On previous trips to London, England, I always seemed to miss out on classic afternoon teas for one reason or another. I certainly had had cream teas (scones, clotted cream, strawberry jam, and a pot of tea) at some hotels but never was able to make it to a formal tea. I always said that the next time I was heading to Europe, I was going to visit London for no other reason than to have proper afternoon tea.

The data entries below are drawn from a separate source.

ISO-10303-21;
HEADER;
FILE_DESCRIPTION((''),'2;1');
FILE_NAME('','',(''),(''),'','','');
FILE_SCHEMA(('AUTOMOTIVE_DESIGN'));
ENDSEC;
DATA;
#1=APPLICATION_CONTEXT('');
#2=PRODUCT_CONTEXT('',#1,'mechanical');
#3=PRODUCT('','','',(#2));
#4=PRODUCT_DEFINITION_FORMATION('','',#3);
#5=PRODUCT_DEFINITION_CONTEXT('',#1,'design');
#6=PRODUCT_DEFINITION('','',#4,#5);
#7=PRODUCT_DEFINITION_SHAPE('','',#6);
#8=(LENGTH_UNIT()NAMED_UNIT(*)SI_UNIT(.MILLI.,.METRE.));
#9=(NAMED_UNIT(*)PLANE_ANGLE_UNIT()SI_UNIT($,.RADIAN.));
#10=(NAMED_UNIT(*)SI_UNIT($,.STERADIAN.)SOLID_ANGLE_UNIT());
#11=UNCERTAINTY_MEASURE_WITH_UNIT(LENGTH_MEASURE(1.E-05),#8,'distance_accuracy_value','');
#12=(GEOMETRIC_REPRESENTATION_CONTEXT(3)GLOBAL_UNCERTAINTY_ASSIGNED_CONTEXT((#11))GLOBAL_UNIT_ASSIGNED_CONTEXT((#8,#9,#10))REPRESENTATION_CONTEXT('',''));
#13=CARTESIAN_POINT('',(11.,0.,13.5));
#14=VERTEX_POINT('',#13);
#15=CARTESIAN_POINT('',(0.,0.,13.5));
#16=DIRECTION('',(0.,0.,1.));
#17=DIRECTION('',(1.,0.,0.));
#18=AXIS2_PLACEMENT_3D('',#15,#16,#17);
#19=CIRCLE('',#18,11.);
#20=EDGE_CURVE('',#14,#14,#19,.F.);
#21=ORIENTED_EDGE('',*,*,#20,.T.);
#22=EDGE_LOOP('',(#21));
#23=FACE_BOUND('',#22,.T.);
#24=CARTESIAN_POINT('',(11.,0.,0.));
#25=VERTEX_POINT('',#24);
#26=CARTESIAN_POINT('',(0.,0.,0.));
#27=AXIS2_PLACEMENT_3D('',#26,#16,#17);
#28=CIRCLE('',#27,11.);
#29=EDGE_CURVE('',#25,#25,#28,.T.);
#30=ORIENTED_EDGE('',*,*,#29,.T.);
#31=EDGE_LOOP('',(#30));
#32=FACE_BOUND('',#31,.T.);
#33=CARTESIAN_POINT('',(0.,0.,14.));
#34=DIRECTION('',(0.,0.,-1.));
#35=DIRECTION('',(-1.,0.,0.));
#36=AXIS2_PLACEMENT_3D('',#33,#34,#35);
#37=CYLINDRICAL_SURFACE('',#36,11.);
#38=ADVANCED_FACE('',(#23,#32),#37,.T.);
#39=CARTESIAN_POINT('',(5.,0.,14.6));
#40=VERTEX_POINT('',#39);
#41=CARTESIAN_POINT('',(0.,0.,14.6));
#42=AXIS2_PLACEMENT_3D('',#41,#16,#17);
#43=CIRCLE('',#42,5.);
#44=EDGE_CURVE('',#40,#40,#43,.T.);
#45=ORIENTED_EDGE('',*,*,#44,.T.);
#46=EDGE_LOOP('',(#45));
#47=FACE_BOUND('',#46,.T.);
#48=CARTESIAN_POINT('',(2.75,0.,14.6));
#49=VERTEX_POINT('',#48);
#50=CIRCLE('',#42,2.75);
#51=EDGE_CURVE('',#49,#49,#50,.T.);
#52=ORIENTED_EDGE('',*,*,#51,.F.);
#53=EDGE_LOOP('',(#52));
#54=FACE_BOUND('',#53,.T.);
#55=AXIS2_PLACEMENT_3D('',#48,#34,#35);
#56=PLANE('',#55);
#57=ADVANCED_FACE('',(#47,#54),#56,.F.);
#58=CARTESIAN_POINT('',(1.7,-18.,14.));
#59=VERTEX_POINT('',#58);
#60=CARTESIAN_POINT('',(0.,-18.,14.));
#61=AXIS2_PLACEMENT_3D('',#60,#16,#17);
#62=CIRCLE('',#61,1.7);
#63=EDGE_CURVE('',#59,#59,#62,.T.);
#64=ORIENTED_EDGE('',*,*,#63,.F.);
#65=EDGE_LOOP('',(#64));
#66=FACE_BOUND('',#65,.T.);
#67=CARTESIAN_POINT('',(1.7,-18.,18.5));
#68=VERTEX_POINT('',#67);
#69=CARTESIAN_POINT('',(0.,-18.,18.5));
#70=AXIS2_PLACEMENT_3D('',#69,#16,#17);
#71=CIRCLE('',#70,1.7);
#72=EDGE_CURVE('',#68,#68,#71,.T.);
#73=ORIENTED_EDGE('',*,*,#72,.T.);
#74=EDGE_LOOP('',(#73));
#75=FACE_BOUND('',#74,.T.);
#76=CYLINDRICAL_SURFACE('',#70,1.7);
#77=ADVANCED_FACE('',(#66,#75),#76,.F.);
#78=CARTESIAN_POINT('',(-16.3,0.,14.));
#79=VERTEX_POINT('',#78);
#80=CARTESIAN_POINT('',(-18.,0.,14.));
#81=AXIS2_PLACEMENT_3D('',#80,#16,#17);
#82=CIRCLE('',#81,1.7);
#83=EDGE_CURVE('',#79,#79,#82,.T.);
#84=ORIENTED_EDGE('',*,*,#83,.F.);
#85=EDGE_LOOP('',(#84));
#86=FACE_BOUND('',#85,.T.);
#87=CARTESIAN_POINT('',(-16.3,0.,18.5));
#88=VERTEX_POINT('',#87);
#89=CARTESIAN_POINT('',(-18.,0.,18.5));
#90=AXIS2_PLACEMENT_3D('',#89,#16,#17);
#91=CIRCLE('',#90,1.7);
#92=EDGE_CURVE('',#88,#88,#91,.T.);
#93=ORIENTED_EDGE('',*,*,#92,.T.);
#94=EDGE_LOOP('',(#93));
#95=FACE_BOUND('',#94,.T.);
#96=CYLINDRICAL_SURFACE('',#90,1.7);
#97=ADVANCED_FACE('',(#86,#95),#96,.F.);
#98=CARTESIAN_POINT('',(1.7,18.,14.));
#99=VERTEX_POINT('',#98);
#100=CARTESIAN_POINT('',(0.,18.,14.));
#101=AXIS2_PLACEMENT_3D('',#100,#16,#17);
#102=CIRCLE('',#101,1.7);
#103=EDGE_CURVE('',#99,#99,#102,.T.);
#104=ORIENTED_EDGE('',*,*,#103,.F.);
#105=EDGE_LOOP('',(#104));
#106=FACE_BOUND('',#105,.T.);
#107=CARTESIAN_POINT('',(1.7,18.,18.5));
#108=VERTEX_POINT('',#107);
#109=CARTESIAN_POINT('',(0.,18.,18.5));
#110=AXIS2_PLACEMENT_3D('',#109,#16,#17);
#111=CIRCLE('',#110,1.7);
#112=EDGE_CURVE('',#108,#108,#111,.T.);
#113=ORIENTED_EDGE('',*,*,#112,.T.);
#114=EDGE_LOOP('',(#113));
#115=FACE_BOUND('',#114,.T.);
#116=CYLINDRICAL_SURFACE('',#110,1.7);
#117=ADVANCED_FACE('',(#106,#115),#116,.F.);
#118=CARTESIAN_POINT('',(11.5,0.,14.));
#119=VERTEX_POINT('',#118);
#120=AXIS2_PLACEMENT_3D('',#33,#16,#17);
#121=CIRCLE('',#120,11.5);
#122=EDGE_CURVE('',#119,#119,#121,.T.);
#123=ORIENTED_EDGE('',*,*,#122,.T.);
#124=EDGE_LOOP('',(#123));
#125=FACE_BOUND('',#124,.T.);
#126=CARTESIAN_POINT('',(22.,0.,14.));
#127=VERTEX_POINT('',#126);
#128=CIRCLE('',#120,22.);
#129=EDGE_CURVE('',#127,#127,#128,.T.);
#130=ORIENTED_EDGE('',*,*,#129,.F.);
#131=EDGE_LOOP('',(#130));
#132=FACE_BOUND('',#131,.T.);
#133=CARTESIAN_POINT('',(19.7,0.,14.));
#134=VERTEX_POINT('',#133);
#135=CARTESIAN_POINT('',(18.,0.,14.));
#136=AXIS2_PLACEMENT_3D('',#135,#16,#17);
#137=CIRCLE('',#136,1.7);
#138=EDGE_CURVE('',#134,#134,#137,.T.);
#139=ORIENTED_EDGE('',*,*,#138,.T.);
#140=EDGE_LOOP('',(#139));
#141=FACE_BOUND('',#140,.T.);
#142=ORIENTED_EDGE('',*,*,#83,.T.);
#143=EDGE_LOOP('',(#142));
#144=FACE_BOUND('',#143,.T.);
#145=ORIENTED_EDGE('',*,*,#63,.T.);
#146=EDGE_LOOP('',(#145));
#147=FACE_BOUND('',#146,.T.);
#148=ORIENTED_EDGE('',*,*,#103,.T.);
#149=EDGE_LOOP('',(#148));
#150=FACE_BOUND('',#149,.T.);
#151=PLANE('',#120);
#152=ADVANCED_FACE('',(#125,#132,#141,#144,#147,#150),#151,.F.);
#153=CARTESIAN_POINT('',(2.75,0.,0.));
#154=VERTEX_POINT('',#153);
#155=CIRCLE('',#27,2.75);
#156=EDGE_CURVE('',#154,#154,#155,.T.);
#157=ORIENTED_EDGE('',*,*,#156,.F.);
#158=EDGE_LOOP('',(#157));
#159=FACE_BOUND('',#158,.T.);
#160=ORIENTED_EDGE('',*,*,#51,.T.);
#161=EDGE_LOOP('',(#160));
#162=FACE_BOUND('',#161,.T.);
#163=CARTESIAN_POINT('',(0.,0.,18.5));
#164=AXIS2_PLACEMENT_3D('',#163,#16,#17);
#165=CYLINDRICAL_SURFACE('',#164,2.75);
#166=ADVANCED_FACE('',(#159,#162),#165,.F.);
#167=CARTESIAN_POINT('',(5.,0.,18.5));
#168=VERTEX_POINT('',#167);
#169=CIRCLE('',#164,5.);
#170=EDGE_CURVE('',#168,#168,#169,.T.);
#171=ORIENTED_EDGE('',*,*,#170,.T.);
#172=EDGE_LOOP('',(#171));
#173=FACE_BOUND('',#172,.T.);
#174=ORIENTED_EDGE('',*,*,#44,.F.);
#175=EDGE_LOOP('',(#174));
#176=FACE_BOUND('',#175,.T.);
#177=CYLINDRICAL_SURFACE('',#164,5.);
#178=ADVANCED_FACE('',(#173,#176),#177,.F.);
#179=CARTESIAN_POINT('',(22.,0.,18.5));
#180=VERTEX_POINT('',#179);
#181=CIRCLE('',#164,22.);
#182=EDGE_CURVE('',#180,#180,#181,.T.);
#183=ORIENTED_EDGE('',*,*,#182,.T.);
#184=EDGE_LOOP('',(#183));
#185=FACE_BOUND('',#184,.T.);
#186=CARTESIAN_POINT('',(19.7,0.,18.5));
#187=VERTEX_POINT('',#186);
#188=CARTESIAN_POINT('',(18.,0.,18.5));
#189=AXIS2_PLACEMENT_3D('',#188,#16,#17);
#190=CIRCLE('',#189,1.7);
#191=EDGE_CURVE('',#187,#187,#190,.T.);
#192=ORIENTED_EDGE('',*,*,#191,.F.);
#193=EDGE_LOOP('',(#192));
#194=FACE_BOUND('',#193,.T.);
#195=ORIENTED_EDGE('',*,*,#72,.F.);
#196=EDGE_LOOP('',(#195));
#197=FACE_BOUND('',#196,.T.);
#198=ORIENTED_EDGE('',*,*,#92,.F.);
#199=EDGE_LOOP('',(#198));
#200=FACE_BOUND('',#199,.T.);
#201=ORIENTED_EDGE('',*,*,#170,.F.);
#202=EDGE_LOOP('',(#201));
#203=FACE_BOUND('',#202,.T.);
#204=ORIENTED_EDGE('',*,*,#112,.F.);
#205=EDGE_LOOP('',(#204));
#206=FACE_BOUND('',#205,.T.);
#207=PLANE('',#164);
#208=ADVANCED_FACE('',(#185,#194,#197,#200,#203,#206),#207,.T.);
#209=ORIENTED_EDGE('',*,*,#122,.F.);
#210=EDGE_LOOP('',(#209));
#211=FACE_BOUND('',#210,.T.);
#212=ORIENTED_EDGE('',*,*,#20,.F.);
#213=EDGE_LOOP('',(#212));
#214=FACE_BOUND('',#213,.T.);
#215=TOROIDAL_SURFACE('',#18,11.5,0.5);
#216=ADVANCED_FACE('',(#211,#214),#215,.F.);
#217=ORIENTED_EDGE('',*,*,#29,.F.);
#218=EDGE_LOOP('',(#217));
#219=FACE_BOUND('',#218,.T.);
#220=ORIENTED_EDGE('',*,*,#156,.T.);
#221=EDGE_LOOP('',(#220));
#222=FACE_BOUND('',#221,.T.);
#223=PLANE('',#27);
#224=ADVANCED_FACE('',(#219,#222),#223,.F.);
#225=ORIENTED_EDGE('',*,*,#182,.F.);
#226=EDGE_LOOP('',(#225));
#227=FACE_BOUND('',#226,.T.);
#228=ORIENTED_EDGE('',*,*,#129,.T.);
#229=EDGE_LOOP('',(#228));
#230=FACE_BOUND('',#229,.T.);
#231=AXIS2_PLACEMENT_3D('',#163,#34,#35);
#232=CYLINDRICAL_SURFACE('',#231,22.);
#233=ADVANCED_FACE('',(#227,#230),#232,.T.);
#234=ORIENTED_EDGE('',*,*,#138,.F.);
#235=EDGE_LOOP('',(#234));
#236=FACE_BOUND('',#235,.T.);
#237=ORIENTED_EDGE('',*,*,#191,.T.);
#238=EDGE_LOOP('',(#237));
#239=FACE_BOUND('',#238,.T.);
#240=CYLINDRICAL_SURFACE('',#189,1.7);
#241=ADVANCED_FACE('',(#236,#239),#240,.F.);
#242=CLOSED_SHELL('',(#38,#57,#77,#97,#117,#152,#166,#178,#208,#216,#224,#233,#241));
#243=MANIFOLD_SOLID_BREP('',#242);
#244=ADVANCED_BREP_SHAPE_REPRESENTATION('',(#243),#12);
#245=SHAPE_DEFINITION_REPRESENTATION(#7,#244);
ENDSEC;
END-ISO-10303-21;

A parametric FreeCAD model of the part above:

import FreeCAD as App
import Part
import Sketcher

V = App.Vector


def edges_at(feature, points):
    """Names of the edges that pass closest to the given points."""
    edges = feature.Shape.Edges
    near = lambda p: min(range(len(edges)), key=lambda i: edges[i].distToShape(Part.Vertex(*p))[0])
    return sorted({f"Edge{near(p) + 1}" for p in points})

doc = App.newDocument("Part")
body = doc.addObject("PartDesign::Body", "Body")

# Sketch on XY plane
sketch1 = body.newObject("Sketcher::SketchObject", "Sketch")
sketch1.AttachmentSupport = (doc.getObject("XY_Plane"), [""])
sketch1.MapMode = "FlatFace"
sketch1.addGeometry(Part.Circle(V(0, 0, 0), V(0, 0, 1), 11), False)
sketch1.addConstraint(Sketcher.Constraint("Coincident", 0, 3, -1, 1))
sketch1.addConstraint(Sketcher.Constraint("Diameter", 0, 22.0))
pad1 = body.newObject("PartDesign::Pad", "Pad")
pad1.Profile = sketch1
pad1.Length = 14

# Sketch on XY plane
sketch2 = body.newObject("Sketcher::SketchObject", "Sketch001")
sketch2.AttachmentSupport = (doc.getObject("XY_Plane"), [""])
sketch2.MapMode = "FlatFace"
sketch2.AttachmentOffset = App.Placement(V(0, 0, 14), App.Rotation())
sketch2.addGeometry(Part.Circle(V(0, 0, 0), V(0, 0, 1), 22), False)
sketch2.addConstraint(Sketcher.Constraint("Coincident", 0, 3, -1, 1))
sketch2.addConstraint(Sketcher.Constraint("Diameter", 0, 44.0))
pad2 = body.newObject("PartDesign::Pad", "Pad001")
pad2.Profile = sketch2
pad2.Length = 4.5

That opportunity arose earlier this month when we were heading out on a Greek Islands cruise from Venice, Italy. I had my travel agent book us a stop-over in London for a couple of days so that we could experience the quintessential British tradition of formal afternoon tea. I spent countless hours over the spring and summer researching which afternoon teas I wanted to experience. As those of you from London and area (or who have visited there) will know, afternoon teas in the city can be pricey. Many restaurants and hotels in London offer a classic afternoon tea of some sort and the higher-end venues range in price from around ₤40.00 pp. upwards (VAT inc.) + 12.5% service gratuity. At the time of writing, the current rate of exchange is $1.68 against the Canadian dollar so that can edge a Canadian visitor around $100.00 or more per person for afternoon tea. Many venues also offer champagne afternoon teas and adding a glass of bubbly to the afternoon tea experience can translate into an extravagant price – some as high as ₤85.00 pp plus service gratuity of 12.5% which converts to about $160.00 pp, CDN$. So, due to the cost, deciding on which afternoon tea to experience is not a decision to be taken lightly. This is not to say that all afternoon teas in London are this pricey – I was able to find afternoon teas less than ₤30.00 pp but even that translated into an expensive repast when converted into Canadian currency.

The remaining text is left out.